• Task: Make an exact copy of the lines starting at the top of the listing below and ending at the line that contains "v 4.8 -535.838 344.083", inclusive.

• Listed entries:
——————————

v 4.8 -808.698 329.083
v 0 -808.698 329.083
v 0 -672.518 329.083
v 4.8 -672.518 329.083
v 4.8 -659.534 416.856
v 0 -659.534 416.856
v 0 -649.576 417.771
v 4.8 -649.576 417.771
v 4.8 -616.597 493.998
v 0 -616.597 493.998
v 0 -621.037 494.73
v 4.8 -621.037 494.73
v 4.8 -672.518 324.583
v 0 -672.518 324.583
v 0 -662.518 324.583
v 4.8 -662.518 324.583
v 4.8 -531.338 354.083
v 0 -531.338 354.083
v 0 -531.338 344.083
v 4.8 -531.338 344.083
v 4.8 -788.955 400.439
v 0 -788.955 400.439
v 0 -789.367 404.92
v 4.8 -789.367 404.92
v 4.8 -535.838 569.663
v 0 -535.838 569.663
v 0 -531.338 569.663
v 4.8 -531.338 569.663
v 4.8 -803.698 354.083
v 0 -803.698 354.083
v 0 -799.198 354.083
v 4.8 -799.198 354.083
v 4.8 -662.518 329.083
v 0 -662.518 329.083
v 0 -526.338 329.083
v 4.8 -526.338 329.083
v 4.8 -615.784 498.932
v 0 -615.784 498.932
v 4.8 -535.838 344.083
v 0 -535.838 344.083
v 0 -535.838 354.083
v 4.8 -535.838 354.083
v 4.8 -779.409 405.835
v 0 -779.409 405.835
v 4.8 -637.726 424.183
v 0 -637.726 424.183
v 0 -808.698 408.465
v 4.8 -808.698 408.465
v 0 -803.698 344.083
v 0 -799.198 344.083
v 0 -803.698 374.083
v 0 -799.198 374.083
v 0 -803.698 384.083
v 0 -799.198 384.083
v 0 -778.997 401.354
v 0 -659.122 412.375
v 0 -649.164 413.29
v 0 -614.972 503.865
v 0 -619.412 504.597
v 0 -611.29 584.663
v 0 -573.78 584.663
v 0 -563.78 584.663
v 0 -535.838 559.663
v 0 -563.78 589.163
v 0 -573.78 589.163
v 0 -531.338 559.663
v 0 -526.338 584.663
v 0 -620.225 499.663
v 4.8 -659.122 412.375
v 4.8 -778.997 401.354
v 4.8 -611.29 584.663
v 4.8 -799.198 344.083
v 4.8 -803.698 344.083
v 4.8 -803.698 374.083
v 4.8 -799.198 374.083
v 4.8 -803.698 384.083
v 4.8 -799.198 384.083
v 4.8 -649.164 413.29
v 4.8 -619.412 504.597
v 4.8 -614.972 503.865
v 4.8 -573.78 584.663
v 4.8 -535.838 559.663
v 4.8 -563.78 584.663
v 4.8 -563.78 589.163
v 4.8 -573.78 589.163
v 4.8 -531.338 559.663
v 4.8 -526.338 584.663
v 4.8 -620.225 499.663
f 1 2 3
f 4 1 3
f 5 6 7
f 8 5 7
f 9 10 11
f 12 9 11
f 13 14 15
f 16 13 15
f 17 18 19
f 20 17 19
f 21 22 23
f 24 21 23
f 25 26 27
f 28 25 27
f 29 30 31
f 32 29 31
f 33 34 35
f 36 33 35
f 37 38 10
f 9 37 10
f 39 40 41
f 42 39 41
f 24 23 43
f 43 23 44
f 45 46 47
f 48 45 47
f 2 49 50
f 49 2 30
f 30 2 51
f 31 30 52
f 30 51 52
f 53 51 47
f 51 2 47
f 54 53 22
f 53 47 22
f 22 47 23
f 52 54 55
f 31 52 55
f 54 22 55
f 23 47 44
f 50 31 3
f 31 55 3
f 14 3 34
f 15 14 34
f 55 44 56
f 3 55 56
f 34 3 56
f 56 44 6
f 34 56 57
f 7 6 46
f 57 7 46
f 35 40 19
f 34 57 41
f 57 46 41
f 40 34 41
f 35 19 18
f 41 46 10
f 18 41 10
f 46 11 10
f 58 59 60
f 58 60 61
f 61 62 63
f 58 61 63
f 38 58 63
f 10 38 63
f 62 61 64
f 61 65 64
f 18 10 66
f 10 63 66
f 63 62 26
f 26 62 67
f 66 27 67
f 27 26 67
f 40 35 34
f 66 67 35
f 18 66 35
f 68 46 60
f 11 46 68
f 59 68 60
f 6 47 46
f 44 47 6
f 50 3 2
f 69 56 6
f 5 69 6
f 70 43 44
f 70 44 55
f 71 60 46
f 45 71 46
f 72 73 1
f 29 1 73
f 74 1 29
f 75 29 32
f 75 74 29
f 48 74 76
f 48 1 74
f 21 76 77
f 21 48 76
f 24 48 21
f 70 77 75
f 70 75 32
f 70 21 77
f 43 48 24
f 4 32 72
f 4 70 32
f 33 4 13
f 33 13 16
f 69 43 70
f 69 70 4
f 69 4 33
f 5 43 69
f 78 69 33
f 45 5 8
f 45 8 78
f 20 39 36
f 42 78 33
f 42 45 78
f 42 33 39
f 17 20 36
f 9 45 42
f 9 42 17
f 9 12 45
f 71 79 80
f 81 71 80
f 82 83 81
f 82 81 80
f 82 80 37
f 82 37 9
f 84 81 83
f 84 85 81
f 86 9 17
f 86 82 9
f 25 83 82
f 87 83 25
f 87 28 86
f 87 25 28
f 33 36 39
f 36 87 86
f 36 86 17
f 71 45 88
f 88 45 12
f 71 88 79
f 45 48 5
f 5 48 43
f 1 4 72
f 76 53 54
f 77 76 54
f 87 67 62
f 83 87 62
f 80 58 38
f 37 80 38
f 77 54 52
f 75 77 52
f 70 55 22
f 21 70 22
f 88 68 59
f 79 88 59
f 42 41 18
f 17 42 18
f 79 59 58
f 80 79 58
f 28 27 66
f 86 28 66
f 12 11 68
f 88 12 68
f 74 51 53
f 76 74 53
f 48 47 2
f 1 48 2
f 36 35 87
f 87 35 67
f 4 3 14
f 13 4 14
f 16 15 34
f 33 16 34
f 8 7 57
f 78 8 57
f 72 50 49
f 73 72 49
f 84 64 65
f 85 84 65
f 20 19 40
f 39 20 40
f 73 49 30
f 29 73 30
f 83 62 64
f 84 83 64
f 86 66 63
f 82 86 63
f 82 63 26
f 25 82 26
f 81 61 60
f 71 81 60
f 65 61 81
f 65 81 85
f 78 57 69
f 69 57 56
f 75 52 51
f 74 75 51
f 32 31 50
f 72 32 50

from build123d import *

# Parameters (mm, degrees)
F0_W     = 5
F0_H     = 4.5
F1_DEPTH = 4.8


# Not quite as in the source:
# - a feature names something its author has since deleted; it is built from what else it names


with BuildPart() as f1:
    # F0 (on Right) → F1 (new body)
    with BuildSketch(Plane.YZ):
        Polygon((-531.3379881175, 344.0831357297), (-531.3379881175, 329.0831357297), (-526.3379881175, 329.0831357297), (-526.3379881175, 584.6633606824), (-531.3379881175, 584.6633606824), (-531.3379881175, 569.6633606824), (-531.3379881175, 559.6633606824), (-531.3379881175, 354.0831357297), align=None)
        Polygon((-611.2895517261, 584.6633606824), (-637.7260949769, 424.1829931527), (-639.3722244459, 414.1903303575), (-634.2269114077, 414.6633606824), (-621.0372525622, 494.7298534546), (-620.224537093, 499.6633606824), (-619.4118216237, 504.5968679101), (-606.2221627782, 584.6633606824), align=None)
        Polygon((-803.6983604223, 344.0831357297), (-803.6983604223, 329.0831357297), (-672.5181742699, 329.0831357297), (-672.5181742699, 324.5831357297), (-662.5181742699, 324.5831357297), (-662.5181742699, 329.0831357297), (-531.3379881175, 329.0831357297), (-531.3379881175, 344.0831357297), (-535.8379881175, 344.0831357297), (-535.8379881175, 354.0831357297), (-531.3379881175, 354.0831357297), (-531.3379881175, 559.6633606824), (-535.8379881175, 559.6633606824), (-535.8379881175, 569.6633606824), (-531.3379881175, 569.6633606824), (-531.3379881175, 584.6633606824), (-563.7800754478, 584.6633606824), (-568.7800754478, 584.6633606824), (-573.7800754478, 584.6633606824), (-606.2221627782, 584.6633606824), (-619.4118216237, 504.5968679101), (-614.9716651188, 503.8654239878), (-615.784380588, 498.93191676), (-616.5970960573, 493.9984095323), (-621.0372525622, 494.7298534546), (-634.2269114077, 414.6633606824), (-639.3722244459, 414.1903303575), (-649.1639211663, 413.2901383873), (-659.1219276721, 412.3746568573), (-778.9973858727, 401.3540004817), (-788.9553923784, 400.4385189517), (-803.6983604223, 399.0831357297), (-803.6983604223, 384.0831357297), (-799.1983604223, 384.0831357297), (-799.1983604223, 374.0831357297), (-803.6983604223, 374.0831357297), (-803.6983604223, 354.0831357297), (-799.1983604223, 354.0831357297), (-799.1983604223, 344.0831357297), align=None)
        Polygon((-808.6983604223, 329.0831357297), (-803.6983604223, 329.0831357297), (-803.6983604223, 344.0831357297), (-803.6983604223, 354.0831357297), (-803.6983604223, 374.0831357297), (-803.6983604223, 384.0831357297), (-803.6983604223, 399.0831357297), (-808.6983604223, 399.0831357297), (-808.6983604223, 374.0831357297), (-808.6983604223, 354.0831357297), align=None)
        Polygon((-808.6983604223, 403.4437065252), (-808.6983604223, 399.0831357297), (-803.6983604223, 399.0831357297), (-788.9553923784, 400.4385189517), (-789.3673590669, 404.9196218792), (-779.4093525612, 405.8351034093), (-778.9973858727, 401.3540004817), (-659.1219276721, 412.3746568573), (-659.5338943606, 416.8557597849), (-649.5758878549, 417.7712413149), (-649.1639211663, 413.2901383873), (-639.3722244459, 414.1903303575), (-637.7260949769, 424.1829931527), (-650.0610930658, 423.0489847629), (-808.6983604223, 408.4647918168), align=None)
        with Locations((-566.2800754478, 586.9133606824)):
            Rectangle(F0_W, F0_H)
        with Locations((-571.2800754478, 586.9133606824)):
            Rectangle(F0_W, F0_H)
    extrude(amount=F1_DEPTH)


solid = f1.part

——————————

• Task answer:
v 4.8 -808.698 329.083
v 0 -808.698 329.083
v 0 -672.518 329.083
v 4.8 -672.518 329.083
v 4.8 -659.534 416.856
v 0 -659.534 416.856
v 0 -649.576 417.771
v 4.8 -649.576 417.771
v 4.8 -616.597 493.998
v 0 -616.597 493.998
v 0 -621.037 494.73
v 4.8 -621.037 494.73
v 4.8 -672.518 324.583
v 0 -672.518 324.583
v 0 -662.518 324.583
v 4.8 -662.518 324.583
v 4.8 -531.338 354.083
v 0 -531.338 354.083
v 0 -531.338 344.083
v 4.8 -531.338 344.083
v 4.8 -788.955 400.439
v 0 -788.955 400.439
v 0 -789.367 404.92
v 4.8 -789.367 404.92
v 4.8 -535.838 569.663
v 0 -535.838 569.663
v 0 -531.338 569.663
v 4.8 -531.338 569.663
v 4.8 -803.698 354.083
v 0 -803.698 354.083
v 0 -799.198 354.083
v 4.8 -799.198 354.083
v 4.8 -662.518 329.083
v 0 -662.518 329.083
v 0 -526.338 329.083
v 4.8 -526.338 329.083
v 4.8 -615.784 498.932
v 0 -615.784 498.932
v 4.8 -535.838 344.083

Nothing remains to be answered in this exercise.